Work order: In how many lines of the records below does the word "Polygon" appear? Answer with the number alone.

Provided entries:

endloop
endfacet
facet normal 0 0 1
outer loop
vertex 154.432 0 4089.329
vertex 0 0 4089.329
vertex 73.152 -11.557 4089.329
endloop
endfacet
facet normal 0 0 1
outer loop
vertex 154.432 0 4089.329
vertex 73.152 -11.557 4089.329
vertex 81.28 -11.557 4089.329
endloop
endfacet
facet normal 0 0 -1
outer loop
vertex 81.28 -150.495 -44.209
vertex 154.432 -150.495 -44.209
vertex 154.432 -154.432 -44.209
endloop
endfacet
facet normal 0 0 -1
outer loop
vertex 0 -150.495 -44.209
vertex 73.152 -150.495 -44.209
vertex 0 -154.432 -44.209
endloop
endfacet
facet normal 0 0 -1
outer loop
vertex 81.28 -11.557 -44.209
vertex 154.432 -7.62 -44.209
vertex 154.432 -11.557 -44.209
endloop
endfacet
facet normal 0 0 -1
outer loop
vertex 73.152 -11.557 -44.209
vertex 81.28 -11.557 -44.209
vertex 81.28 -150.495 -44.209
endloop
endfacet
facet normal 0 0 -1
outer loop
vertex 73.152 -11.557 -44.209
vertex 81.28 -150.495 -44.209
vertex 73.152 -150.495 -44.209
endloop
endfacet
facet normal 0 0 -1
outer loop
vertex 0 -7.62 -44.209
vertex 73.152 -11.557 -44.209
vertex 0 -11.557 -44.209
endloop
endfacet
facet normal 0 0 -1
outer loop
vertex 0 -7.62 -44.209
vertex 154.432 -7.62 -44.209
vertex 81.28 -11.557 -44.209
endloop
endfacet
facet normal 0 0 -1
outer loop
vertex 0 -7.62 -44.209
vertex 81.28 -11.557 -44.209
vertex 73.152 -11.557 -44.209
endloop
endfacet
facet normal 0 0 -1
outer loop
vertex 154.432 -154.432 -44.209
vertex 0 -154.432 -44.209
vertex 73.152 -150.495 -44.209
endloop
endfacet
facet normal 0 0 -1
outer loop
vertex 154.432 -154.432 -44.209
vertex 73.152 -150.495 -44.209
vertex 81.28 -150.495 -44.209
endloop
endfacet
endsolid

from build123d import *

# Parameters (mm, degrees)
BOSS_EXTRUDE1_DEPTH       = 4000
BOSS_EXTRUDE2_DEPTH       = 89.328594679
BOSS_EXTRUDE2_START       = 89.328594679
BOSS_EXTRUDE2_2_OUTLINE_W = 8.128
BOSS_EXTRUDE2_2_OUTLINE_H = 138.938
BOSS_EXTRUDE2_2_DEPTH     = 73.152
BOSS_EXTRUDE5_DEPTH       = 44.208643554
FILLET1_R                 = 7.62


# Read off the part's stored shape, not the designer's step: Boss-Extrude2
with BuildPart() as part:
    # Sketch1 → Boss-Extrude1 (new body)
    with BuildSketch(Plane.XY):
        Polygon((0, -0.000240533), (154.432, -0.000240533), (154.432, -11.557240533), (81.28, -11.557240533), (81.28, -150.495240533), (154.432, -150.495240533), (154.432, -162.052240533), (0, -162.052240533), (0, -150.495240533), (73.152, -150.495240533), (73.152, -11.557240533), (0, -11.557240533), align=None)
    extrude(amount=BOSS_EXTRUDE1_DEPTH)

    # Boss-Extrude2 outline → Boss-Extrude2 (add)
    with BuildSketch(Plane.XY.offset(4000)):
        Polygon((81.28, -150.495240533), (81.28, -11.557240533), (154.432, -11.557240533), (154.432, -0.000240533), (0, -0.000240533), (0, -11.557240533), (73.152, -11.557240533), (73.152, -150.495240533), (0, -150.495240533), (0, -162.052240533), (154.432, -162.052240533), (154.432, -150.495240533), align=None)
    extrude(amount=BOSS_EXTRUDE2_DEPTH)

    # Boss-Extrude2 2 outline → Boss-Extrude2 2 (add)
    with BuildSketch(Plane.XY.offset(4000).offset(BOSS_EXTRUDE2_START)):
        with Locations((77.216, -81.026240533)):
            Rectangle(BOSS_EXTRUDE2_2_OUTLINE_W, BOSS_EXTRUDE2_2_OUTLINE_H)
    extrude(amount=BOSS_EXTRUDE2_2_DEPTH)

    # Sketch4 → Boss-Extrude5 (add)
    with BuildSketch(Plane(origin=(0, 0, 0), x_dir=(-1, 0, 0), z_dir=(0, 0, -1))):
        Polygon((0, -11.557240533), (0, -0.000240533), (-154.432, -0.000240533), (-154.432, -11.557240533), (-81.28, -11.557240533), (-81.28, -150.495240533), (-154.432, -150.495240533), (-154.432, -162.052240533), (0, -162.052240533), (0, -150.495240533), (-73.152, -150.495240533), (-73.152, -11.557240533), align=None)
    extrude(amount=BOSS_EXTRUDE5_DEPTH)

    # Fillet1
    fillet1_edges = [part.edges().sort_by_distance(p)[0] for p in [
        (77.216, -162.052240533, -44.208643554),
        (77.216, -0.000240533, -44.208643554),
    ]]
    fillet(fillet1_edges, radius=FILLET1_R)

--

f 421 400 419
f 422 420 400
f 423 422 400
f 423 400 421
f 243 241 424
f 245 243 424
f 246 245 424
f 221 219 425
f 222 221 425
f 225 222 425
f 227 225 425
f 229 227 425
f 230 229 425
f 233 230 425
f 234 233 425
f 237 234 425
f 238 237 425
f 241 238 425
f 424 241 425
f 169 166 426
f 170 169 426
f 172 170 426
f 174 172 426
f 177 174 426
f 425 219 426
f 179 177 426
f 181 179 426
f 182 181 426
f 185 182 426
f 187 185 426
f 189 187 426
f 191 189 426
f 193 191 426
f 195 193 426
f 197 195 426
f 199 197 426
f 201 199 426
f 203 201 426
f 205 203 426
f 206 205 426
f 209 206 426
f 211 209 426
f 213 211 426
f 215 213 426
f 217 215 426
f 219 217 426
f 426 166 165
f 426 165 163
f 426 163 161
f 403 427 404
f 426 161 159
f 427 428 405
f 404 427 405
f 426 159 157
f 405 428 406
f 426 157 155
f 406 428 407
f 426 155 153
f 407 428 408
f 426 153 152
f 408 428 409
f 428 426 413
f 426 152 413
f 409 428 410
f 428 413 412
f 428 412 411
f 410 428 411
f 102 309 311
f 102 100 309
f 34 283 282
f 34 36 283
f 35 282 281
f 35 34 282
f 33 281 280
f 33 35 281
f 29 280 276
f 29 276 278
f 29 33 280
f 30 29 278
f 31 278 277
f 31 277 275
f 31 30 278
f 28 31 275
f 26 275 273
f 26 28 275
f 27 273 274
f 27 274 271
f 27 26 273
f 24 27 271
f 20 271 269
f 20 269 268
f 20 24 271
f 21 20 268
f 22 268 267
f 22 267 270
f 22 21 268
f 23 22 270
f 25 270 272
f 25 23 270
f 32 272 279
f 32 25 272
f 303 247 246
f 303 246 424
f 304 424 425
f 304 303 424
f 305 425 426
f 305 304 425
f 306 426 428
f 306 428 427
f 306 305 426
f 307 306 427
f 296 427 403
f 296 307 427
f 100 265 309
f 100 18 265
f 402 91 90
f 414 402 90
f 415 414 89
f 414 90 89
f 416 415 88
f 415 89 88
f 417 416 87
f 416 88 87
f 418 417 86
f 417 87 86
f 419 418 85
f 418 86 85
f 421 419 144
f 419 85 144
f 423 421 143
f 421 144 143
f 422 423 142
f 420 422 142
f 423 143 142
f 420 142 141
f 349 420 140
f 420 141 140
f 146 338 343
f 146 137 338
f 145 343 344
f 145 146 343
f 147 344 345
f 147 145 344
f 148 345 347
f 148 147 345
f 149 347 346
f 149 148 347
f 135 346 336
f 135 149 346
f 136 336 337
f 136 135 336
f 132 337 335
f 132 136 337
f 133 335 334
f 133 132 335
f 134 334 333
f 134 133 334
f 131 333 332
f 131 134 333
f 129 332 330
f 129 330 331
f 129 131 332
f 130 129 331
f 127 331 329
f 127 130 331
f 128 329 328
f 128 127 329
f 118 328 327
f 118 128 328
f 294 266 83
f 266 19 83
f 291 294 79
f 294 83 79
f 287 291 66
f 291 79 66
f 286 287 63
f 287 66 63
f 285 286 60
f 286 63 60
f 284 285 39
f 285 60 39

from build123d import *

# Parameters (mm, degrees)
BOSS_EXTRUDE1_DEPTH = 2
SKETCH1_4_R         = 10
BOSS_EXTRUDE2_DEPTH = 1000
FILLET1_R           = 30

Exercise result: 3